Am ersten Abend ab 19.30 Uhr gibt es ein Podiumsgespräch mit Andreas Dresen (Regisseur), Georg Maschmeyer (Chefarzt Palliativmedizin im Bergmann-Klinikum), Jan Möllers (alternativer Bestatter), Yvonne Köllner (Hospiz). Der Buchhändler Carsten Wist und der Künstler Lothar Krone lesen. Eine zweite Podiumsrunde folgt am 27. Februar mit Hanna-Luise Zscherpel (Haus- und Palliativärztin), Heike Borchardt (Hospizdienst), Patricia Engelhardt (Pflegedienst) und Johannes Albrecht (Seelsorger).

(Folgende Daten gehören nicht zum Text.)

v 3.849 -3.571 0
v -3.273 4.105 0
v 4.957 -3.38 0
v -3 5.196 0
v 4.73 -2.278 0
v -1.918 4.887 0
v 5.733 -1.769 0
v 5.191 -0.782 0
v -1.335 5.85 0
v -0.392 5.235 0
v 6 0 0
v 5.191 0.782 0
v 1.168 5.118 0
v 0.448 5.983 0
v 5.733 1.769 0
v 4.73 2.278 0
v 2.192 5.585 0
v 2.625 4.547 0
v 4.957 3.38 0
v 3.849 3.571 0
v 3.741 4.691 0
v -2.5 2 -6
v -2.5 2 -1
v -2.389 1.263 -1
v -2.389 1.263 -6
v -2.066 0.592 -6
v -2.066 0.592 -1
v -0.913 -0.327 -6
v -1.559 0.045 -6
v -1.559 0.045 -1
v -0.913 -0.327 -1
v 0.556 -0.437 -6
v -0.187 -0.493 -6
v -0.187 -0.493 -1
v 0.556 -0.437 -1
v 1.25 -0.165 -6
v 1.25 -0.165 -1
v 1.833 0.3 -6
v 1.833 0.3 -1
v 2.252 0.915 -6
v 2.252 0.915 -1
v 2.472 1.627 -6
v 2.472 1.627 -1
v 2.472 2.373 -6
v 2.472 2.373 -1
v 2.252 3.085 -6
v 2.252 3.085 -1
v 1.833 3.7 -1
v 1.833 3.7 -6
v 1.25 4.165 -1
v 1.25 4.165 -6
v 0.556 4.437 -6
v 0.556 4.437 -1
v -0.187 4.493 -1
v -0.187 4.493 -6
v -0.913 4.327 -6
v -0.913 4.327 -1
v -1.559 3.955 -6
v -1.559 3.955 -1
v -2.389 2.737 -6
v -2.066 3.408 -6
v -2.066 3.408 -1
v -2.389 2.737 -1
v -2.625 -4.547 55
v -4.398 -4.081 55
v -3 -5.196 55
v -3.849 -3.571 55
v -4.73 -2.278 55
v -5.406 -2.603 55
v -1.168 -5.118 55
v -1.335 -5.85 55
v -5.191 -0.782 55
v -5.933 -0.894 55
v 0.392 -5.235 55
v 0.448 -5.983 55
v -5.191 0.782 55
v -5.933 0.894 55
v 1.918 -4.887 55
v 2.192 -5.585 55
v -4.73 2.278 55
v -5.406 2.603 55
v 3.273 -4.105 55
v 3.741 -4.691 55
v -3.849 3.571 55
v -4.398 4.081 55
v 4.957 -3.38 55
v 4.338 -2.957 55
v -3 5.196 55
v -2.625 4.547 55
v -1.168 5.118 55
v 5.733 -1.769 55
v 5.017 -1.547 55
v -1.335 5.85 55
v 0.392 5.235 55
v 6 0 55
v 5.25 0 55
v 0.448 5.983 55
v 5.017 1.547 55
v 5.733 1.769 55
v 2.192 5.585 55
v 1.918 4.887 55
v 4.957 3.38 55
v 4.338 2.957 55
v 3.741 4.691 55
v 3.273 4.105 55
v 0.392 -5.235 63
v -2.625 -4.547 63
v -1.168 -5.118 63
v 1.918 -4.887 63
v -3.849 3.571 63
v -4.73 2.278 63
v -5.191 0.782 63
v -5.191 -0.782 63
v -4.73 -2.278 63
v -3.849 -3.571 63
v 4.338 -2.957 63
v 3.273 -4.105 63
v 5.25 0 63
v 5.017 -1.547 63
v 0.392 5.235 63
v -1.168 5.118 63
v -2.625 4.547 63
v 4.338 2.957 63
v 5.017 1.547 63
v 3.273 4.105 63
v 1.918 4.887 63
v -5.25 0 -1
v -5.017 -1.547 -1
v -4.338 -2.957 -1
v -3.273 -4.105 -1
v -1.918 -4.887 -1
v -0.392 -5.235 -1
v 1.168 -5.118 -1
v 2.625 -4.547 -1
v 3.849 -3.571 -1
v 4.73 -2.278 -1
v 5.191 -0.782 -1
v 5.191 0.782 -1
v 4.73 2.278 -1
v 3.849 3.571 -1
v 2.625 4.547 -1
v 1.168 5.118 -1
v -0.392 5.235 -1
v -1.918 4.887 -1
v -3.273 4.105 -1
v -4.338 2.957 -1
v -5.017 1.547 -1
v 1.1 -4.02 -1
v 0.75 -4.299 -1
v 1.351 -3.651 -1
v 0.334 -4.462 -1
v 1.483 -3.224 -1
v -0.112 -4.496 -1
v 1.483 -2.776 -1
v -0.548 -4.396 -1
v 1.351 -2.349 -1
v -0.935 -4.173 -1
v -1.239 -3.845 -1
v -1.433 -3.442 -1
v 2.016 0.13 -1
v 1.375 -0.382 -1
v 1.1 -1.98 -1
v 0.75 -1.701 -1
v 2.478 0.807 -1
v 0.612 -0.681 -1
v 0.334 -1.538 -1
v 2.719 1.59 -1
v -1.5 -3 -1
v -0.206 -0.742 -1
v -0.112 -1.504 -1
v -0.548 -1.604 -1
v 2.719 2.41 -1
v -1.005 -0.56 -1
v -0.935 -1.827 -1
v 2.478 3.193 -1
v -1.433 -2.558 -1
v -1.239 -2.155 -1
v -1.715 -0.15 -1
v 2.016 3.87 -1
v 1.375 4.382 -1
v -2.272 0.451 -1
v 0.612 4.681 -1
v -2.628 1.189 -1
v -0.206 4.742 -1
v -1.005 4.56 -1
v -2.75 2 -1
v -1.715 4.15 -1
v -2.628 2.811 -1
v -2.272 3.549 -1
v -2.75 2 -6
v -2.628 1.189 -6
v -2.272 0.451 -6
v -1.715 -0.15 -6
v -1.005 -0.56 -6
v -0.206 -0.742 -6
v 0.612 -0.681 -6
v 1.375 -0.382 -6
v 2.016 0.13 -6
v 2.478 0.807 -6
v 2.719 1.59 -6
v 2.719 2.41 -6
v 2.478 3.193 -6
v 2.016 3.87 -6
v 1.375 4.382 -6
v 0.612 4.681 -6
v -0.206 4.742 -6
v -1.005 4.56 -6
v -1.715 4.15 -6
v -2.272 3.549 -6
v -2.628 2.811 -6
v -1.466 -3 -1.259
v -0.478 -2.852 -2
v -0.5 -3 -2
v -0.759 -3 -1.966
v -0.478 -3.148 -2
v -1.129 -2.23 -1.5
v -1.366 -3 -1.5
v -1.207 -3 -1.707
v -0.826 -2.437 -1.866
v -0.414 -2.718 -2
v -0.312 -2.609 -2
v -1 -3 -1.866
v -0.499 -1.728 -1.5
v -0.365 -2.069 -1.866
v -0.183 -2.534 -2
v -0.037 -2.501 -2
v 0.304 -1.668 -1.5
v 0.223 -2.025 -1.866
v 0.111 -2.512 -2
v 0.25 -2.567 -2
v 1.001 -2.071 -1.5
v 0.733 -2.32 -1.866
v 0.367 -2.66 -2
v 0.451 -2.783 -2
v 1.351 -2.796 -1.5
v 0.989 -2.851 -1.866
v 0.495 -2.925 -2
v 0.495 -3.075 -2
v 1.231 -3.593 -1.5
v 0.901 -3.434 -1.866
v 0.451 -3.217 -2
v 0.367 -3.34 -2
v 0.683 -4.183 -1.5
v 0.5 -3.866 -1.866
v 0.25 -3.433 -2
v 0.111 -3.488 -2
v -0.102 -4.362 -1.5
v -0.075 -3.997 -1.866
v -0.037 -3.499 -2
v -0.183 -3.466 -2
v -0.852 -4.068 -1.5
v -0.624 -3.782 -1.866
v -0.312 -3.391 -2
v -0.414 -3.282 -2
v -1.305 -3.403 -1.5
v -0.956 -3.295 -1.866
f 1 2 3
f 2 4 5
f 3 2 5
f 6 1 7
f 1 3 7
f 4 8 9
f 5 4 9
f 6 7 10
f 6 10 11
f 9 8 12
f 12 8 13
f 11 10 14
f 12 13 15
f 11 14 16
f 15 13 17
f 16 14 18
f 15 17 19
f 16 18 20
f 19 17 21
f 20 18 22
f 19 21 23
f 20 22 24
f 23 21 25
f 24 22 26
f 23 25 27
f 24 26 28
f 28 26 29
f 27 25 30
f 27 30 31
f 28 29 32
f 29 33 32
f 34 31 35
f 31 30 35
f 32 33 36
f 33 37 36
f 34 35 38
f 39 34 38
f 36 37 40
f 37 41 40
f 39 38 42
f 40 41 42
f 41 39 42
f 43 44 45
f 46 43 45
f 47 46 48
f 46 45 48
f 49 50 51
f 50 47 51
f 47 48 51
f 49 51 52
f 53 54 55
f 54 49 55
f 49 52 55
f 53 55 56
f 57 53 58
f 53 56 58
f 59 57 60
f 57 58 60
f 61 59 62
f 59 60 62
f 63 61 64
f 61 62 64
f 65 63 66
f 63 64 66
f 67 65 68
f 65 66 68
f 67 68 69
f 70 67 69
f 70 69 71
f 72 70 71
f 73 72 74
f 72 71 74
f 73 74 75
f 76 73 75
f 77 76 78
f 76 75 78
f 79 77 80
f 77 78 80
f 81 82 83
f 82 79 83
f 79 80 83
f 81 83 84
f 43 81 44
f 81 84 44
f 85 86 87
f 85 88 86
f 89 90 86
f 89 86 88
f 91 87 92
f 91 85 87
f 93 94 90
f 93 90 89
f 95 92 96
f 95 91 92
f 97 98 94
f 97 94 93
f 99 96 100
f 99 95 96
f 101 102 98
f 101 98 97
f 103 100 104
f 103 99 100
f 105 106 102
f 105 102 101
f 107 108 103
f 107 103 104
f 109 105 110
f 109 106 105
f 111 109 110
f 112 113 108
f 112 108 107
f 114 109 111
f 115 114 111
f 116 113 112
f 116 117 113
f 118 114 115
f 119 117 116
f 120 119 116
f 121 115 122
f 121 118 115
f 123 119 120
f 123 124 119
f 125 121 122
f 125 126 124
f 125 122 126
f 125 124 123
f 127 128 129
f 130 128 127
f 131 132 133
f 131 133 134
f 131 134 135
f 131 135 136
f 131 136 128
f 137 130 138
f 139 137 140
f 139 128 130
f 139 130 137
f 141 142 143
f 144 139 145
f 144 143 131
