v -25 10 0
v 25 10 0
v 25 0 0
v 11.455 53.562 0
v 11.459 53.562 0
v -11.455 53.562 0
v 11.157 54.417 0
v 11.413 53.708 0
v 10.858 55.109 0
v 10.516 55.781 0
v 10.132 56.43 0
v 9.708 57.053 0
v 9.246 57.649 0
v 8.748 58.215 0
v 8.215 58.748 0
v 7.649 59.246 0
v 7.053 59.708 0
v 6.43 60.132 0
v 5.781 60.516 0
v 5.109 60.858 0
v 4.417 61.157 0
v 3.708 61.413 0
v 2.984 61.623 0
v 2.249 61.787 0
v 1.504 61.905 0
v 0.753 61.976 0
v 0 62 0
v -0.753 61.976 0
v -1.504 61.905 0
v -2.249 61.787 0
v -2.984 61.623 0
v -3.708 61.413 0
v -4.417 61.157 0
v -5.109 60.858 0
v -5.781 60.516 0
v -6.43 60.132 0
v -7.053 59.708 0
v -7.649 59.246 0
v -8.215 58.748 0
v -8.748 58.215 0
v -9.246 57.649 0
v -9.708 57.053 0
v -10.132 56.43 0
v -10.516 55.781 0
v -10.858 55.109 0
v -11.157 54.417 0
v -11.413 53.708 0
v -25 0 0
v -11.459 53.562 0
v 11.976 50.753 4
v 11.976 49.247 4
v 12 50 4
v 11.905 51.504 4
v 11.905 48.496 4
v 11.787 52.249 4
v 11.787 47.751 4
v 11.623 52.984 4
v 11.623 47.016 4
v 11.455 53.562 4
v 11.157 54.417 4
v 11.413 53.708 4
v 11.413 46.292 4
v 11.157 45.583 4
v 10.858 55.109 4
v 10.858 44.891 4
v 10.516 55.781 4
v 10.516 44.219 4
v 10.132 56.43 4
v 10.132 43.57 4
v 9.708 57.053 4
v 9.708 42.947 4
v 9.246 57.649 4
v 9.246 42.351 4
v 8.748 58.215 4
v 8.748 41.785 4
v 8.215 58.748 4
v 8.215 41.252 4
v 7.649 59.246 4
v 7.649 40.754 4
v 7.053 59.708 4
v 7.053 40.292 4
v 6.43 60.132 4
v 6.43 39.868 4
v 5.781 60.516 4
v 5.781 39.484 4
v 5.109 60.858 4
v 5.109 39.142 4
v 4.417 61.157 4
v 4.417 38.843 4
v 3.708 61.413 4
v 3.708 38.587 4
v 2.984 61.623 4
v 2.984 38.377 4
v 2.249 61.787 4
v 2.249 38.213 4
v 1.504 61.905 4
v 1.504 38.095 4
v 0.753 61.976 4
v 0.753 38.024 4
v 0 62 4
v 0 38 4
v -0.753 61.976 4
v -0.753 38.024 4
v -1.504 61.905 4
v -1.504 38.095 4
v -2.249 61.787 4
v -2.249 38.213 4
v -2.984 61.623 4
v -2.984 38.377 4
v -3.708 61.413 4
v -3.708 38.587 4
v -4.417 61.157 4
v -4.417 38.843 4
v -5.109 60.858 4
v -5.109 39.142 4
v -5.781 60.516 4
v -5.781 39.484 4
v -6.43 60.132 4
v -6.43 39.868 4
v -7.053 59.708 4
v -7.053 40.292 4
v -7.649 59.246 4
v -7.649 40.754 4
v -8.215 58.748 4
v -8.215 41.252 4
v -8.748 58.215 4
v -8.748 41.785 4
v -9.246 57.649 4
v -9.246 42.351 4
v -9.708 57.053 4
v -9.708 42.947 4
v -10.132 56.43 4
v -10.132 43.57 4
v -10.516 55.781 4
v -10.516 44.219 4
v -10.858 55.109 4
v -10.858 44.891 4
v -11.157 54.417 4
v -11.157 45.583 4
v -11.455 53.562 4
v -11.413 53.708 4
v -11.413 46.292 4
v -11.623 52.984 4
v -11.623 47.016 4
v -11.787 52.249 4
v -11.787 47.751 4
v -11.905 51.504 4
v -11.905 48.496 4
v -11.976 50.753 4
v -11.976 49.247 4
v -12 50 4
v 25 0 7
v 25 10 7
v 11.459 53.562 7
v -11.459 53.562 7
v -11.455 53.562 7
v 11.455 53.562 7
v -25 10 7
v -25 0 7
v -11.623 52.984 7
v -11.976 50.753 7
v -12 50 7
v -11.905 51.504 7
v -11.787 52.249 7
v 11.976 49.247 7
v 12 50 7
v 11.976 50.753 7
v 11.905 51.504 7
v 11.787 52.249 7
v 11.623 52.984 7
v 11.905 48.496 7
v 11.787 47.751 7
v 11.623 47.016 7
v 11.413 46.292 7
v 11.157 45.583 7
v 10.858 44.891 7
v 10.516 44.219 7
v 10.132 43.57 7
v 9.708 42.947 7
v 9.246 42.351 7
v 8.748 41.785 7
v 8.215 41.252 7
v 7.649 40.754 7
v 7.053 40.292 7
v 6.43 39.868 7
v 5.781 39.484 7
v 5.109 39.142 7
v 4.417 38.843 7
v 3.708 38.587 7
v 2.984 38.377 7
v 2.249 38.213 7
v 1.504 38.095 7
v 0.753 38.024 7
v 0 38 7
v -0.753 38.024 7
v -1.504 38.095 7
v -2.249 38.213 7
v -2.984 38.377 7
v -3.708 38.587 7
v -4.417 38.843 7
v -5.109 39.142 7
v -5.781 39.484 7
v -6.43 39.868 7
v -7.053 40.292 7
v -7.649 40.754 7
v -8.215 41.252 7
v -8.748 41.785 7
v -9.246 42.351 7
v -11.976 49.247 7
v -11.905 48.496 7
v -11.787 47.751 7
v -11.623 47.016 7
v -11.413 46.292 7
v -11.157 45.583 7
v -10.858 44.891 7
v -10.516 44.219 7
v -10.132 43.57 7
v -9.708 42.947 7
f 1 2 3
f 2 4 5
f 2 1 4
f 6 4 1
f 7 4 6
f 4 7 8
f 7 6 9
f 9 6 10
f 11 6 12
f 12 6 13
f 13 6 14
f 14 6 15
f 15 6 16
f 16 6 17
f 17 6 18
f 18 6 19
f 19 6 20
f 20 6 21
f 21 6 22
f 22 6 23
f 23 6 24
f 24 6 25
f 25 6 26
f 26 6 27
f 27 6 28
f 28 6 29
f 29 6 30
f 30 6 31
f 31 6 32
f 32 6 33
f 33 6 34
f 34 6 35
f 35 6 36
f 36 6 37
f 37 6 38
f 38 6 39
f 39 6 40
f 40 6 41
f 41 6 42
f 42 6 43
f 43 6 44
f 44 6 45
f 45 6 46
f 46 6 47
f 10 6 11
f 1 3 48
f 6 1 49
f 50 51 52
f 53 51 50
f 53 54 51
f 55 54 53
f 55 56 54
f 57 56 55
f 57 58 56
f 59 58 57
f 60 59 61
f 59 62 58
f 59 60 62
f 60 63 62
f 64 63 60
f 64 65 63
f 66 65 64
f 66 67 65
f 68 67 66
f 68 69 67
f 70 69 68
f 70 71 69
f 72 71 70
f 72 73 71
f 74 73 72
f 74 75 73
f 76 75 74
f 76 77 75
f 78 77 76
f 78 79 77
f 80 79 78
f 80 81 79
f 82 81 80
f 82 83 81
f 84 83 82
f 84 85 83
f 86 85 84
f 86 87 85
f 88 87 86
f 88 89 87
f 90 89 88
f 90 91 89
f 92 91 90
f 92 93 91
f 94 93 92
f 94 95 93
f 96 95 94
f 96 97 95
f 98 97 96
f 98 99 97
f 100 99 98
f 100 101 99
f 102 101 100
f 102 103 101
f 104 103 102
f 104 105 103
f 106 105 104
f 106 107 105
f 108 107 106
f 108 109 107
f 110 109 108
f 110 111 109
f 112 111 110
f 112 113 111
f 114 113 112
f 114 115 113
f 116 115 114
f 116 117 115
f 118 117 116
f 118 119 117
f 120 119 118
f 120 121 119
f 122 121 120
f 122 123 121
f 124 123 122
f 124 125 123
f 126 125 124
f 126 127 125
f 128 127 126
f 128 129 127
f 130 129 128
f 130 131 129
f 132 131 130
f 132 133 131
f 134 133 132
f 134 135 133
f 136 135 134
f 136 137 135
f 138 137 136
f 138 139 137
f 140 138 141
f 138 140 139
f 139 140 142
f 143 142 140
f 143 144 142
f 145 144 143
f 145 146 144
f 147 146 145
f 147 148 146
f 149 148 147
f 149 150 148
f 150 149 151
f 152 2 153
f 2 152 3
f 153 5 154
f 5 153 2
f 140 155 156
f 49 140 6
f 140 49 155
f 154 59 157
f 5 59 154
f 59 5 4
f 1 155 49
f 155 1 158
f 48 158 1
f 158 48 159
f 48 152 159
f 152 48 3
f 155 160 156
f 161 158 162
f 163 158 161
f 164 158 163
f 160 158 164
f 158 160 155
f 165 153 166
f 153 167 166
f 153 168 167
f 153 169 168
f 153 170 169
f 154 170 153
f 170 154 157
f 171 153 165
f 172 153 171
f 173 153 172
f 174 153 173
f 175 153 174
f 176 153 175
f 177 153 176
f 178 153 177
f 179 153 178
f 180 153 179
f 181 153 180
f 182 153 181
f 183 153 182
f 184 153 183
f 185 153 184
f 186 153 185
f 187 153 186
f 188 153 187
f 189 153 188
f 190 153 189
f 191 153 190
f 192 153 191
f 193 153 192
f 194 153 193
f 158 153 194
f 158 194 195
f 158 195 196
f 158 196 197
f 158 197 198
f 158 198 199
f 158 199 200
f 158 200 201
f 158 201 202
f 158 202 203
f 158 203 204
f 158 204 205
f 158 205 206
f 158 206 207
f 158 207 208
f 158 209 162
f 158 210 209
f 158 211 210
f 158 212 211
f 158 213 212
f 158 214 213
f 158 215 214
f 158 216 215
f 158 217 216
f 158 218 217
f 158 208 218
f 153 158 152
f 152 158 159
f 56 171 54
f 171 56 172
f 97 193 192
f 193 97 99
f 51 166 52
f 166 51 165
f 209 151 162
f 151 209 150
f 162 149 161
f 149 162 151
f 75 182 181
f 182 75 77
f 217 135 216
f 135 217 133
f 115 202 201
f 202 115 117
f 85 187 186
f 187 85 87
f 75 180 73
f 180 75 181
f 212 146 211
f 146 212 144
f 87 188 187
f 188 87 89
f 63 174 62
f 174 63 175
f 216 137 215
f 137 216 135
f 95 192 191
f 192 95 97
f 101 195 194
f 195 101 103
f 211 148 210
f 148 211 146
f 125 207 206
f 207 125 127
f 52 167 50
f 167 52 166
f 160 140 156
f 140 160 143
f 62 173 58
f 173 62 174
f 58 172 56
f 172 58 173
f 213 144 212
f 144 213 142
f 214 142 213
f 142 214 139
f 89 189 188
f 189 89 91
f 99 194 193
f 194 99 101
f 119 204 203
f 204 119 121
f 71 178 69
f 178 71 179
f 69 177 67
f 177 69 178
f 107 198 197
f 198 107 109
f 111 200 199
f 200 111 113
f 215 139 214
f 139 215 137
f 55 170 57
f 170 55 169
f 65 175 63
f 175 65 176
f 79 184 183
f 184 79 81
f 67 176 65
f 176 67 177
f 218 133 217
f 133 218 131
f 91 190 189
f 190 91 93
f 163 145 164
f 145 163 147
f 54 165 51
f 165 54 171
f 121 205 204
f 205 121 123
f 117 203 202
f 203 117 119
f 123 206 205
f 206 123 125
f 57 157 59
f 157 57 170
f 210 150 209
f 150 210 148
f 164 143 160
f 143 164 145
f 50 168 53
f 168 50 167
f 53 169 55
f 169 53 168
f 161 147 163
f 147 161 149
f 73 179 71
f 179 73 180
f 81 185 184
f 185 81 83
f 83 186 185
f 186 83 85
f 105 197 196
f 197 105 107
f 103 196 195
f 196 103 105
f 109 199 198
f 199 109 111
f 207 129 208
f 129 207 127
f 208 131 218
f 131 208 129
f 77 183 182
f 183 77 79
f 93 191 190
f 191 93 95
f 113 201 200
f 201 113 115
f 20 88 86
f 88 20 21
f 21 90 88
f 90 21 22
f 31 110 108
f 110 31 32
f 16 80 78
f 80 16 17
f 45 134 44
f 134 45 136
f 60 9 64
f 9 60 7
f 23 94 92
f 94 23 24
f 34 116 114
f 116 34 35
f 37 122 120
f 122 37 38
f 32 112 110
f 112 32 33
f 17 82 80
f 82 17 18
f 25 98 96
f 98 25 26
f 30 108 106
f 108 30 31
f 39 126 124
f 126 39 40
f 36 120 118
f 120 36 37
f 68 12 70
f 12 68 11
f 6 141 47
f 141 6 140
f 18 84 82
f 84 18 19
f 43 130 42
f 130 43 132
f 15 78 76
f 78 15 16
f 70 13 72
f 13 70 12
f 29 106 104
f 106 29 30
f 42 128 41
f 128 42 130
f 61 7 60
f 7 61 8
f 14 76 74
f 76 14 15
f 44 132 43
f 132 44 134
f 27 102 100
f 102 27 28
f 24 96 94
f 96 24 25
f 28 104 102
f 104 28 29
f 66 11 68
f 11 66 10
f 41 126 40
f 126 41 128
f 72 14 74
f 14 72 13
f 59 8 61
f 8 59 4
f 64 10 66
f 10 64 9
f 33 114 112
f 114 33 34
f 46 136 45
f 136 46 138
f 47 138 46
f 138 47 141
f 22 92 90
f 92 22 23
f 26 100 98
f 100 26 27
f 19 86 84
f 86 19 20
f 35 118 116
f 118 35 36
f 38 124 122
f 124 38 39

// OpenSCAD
//-------------------------------------------------------------------------
//-- ear.scad
//-------------------------------------------------------------------------
//--This file has been generated automatically according to your data.
//--For more info, visit: http://iearobotics.com/oomlwiki/
//--------------------------------------------------------------------------

union() {
  linear_extrude(height=4.000, twist=0, $fn=100, convexity=10, center=false) {
    translate(v=[0.000, 50.000, 0.000]) {
      circle(r=12.000, $fn=100);
    } // End translate
  } // End linear_extrude
  difference() {
    polyhedron(points=[[0.000, 0.000, 0.000], [0.000, 0.000, 4.000], [25.000, 0.000, 0.000], [25.000, 0.000, 4.000], [25.000, 10.000, 0.000], [25.000, 10.000, 4.000], [11.459, 53.562, 0.000], [11.459, 53.562, 4.000], [-11.459, 53.562, 0.000], [-11.459, 53.562, 4.000], [-25.000, 10.000, 0.000], [-25.000, 10.000, 4.000], [-25.000, 0.000, 0.000], [-25.000, 0.000, 4.000]], triangles=[[1, 3, 5], [12, 10, 0], [1, 5, 7], [10, 8, 0], [1, 7, 9], [8, 6, 0], [1, 9, 11], [6, 4, 0], [1, 11, 13], [4, 2, 0], [0, 3, 1], [0, 2, 3], [2, 5, 3], [2, 4, 5], [4, 7, 5], [4, 6, 7], [6, 9, 7], [6, 8, 9], [8, 11, 9], [8, 10, 11], [10, 13, 11], [10, 12, 13], [12, 1, 13], [12, 0, 1]]);
    translate(v=[0.000, 50.000, 2.000]) {
      cylinder(h=4.100, r1=1.000, r2=1.000, $fn=100, center=true);
    } // End translate
  } // End difference
  translate(v=[0.000, 0.000, 4.000]) {
    difference() {
      polyhedron(points=[[0.000, 0.000, 0.000], [0.000, 0.000, 3.000], [25.000, 0.000, 0.000], [25.000, 0.000, 3.000], [25.000, 10.000, 0.000], [25.000, 10.000, 3.000], [11.459, 53.562, 0.000], [11.459, 53.562, 3.000], [-11.459, 53.562, 0.000], [-11.459, 53.562, 3.000], [-25.000, 10.000, 0.000], [-25.000, 10.000, 3.000], [-25.000, 0.000, 0.000], [-25.000, 0.000, 3.000]], triangles=[[1, 3, 5], [12, 10, 0], [1, 5, 7], [10, 8, 0], [1, 7, 9], [8, 6, 0], [1, 9, 11], [6, 4, 0], [1, 11, 13], [4, 2, 0], [0, 3, 1], [0, 2, 3], [2, 5, 3], [2, 4, 5], [4, 7, 5], [4, 6, 7], [6, 9, 7], [6, 8, 9], [8, 11, 9], [8, 10, 11], [10, 13, 11], [10, 12, 13], [12, 1, 13], [12, 0, 1]]);
      linear_extrude(height=3.000, twist=0, $fn=100, convexity=10, center=false) {
        translate(v=[0.000, 50.000, 0.000]) {
          circle(r=12.000, $fn=100);
        } // End translate
      } // End linear_extrude
    } // End difference
  } // End translate
} // End union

An beiden Tagen gibt es ab 13 Uhr Infostände mit den Potsdamer Klinikclowns, dem Pflegestützpunkt, der Landesarbeitsgemeinschaft Onkologische Versorgung, dem Hospiz und dem Hospizdienst, der Charta zur Betreuung sterbender und sterbenskranker Menschen Deutschland, der Brandenburgische Krebsgesellschaft, der Björn Schulz Stiftung und der AOK.

Der Film „Halt auf freier Strecke“ von Andreas Dresen wird am ersten Abend um 21 Uhr gezeigt, am zweiten Abend folgt „Am Ende ein Fest“ (Regie: Sharon Maymon, Tal Granit). Begleitend gibt es Kunst von Sabine Raetsch und Gosha Nagashima.

Neben Fachleuten wie dem Chefarzt für Palliativmedizin am Klinikum „Ernst von Bergmann“, Georg Maschmeyer oder Yvonne Köllner vom Hospiz auf Hermannswerder sind Selbsthilfeorganisationen wie die Krebsgesellschaft und die Björn-Schulz-Stiftung, aber auch Künstler wie Andreas Dresen dabei. Im Beisein des Regisseurs wird sein mehrfach ausgezeichneter Spielfilm „Halt auf freier Strecke“ gezeigt, das Drama um einen Berliner Familienvater, der langsam an einem Gehirntumor verstirbt.